REQUIRED ACTION: Repeat precisely the span of lines below that opens with the line containing "#121=PLANE('',#120);" and closes with the line containing "END-ISO-10303-21;", both included.

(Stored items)
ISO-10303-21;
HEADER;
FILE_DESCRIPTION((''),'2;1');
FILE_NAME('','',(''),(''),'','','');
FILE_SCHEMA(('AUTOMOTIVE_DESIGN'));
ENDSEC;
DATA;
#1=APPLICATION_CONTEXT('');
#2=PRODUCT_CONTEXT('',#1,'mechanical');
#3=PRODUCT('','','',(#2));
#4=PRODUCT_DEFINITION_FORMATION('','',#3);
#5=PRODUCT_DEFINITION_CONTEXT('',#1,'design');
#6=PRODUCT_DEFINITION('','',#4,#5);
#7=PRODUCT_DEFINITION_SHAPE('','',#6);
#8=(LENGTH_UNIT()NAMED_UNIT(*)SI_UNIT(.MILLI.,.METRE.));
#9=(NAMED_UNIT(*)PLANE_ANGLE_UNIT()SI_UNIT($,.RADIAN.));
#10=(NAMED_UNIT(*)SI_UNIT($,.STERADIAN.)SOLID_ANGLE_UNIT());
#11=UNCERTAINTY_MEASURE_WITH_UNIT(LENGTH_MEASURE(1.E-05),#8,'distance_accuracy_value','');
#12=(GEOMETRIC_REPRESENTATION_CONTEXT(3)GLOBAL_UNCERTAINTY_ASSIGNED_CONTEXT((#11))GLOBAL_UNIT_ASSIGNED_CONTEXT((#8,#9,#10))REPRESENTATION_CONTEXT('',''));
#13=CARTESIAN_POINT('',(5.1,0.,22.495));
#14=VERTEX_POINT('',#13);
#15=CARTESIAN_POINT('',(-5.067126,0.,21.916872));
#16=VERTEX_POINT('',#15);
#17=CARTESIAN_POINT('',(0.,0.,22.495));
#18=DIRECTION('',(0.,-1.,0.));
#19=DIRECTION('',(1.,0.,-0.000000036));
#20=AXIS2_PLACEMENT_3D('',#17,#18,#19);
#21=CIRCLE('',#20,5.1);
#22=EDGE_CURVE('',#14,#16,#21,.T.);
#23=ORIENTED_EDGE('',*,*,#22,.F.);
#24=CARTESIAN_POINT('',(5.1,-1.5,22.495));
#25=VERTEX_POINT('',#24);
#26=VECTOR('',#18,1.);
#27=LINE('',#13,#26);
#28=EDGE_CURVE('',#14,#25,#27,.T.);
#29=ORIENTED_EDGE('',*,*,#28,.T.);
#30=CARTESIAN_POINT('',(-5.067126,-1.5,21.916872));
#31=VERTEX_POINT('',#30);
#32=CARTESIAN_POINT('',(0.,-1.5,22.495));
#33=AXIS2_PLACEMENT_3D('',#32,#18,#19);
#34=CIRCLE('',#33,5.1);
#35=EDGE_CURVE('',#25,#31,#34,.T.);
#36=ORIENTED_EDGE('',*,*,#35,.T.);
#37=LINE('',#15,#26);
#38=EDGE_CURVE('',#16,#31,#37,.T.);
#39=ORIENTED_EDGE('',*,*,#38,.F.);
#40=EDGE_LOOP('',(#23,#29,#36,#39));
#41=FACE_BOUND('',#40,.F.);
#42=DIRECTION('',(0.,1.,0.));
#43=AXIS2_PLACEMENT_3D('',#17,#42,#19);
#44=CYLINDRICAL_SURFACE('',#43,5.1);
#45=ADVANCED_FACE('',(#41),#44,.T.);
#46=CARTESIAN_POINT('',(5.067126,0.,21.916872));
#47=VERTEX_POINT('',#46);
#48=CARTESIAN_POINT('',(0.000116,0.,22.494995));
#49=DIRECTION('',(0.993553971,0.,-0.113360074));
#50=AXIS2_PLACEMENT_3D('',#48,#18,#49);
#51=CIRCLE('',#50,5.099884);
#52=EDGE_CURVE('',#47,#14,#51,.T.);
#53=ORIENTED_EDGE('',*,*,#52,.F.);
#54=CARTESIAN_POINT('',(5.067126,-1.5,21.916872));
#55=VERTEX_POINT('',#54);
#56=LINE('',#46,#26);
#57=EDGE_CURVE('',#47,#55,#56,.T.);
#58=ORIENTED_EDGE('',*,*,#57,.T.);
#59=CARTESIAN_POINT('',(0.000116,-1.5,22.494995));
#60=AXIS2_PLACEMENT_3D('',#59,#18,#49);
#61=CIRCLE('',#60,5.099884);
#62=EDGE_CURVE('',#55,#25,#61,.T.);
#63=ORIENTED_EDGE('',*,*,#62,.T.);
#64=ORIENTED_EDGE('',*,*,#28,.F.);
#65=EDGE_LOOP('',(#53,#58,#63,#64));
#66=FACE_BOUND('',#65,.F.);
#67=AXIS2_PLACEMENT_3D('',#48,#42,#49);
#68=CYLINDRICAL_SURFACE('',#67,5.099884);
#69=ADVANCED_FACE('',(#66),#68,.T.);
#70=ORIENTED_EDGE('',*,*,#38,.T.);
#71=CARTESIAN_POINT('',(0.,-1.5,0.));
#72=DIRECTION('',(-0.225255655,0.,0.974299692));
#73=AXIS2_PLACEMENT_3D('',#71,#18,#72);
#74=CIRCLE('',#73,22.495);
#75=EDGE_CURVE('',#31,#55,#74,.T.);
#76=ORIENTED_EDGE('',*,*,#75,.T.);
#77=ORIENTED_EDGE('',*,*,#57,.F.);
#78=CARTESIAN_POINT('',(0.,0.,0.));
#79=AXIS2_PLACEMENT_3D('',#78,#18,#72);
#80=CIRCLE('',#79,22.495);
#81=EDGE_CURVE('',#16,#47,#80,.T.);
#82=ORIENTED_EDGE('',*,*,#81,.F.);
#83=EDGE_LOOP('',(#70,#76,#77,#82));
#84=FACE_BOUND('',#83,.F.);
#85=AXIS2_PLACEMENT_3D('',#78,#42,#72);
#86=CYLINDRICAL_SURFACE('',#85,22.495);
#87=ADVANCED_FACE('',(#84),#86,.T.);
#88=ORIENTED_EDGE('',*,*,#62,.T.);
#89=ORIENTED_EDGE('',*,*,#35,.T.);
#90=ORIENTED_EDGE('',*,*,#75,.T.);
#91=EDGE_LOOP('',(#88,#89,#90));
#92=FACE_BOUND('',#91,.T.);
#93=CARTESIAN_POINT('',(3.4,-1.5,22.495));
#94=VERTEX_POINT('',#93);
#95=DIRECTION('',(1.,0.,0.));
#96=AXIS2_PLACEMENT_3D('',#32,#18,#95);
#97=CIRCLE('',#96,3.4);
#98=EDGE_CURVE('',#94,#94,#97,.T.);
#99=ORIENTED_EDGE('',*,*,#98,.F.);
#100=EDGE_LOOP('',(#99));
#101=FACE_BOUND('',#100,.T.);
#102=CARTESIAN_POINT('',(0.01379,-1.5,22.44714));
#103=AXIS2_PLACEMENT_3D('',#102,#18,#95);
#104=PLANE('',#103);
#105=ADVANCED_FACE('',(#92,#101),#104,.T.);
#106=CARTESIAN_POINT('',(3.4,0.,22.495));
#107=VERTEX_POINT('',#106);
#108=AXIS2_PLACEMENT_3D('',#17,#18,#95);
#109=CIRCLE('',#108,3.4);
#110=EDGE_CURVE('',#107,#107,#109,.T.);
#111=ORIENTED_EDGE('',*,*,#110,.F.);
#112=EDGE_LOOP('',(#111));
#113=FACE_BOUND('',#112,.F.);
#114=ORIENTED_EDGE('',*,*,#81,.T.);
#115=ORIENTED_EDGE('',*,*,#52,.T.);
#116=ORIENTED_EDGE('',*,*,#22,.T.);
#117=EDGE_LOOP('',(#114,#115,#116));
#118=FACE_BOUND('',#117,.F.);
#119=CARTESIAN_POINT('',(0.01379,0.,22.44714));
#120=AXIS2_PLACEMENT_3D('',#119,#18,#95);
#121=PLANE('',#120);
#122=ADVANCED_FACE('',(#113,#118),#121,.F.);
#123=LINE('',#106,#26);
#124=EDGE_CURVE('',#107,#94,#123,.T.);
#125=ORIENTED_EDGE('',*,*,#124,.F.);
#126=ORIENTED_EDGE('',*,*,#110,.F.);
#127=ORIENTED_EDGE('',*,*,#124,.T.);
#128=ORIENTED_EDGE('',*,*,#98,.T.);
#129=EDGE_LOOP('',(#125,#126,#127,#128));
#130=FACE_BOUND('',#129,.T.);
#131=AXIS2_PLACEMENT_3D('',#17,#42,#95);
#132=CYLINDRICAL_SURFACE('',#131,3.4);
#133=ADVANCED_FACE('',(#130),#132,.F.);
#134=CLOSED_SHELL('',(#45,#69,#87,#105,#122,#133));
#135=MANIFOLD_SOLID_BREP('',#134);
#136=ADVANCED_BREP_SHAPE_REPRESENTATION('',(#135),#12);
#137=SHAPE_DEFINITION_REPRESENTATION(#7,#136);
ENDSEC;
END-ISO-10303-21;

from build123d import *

# Parameters (mm, degrees)
F0_R     = 3.4
F1_DEPTH = 1.5


with BuildPart() as f1:
    # F0 (on Front) → F1 (new body)
    with BuildSketch(Plane.XZ):
        with BuildLine():
            ThreePointArc((5.1, 22.495), (-0.289531, 27.586775), (-5.067126, 21.916872))
            ThreePointArc((-5.067126, 21.916872), (0, 17.395), (5.067126, 21.916872))
            ThreePointArc((5.067126, 21.916872), (5.091775, 22.205469), (5.1, 22.495))
        make_face()
        with Locations((0, 22.495)):
            Circle(F0_R, mode=Mode.SUBTRACT)
        with BuildLine():
            ThreePointArc((5.067126, 21.916872), (0, 17.395), (-5.067126, 21.916872))
            ThreePointArc((-5.067126, 21.916872), (0, -22.495), (5.067126, 21.916872))
        make_face()
    extrude(amount=F1_DEPTH)


solid = f1.part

TASK ANSWER:
#121=PLANE('',#120);
#122=ADVANCED_FACE('',(#113,#118),#121,.F.);
#123=LINE('',#106,#26);
#124=EDGE_CURVE('',#107,#94,#123,.T.);
#125=ORIENTED_EDGE('',*,*,#124,.F.);
#126=ORIENTED_EDGE('',*,*,#110,.F.);
#127=ORIENTED_EDGE('',*,*,#124,.T.);
#128=ORIENTED_EDGE('',*,*,#98,.T.);
#129=EDGE_LOOP('',(#125,#126,#127,#128));
#130=FACE_BOUND('',#129,.T.);
#131=AXIS2_PLACEMENT_3D('',#17,#42,#95);
#132=CYLINDRICAL_SURFACE('',#131,3.4);
#133=ADVANCED_FACE('',(#130),#132,.F.);
#134=CLOSED_SHELL('',(#45,#69,#87,#105,#122,#133));
#135=MANIFOLD_SOLID_BREP('',#134);
#136=ADVANCED_BREP_SHAPE_REPRESENTATION('',(#135),#12);
#137=SHAPE_DEFINITION_REPRESENTATION(#7,#136);
ENDSEC;
END-ISO-10303-21;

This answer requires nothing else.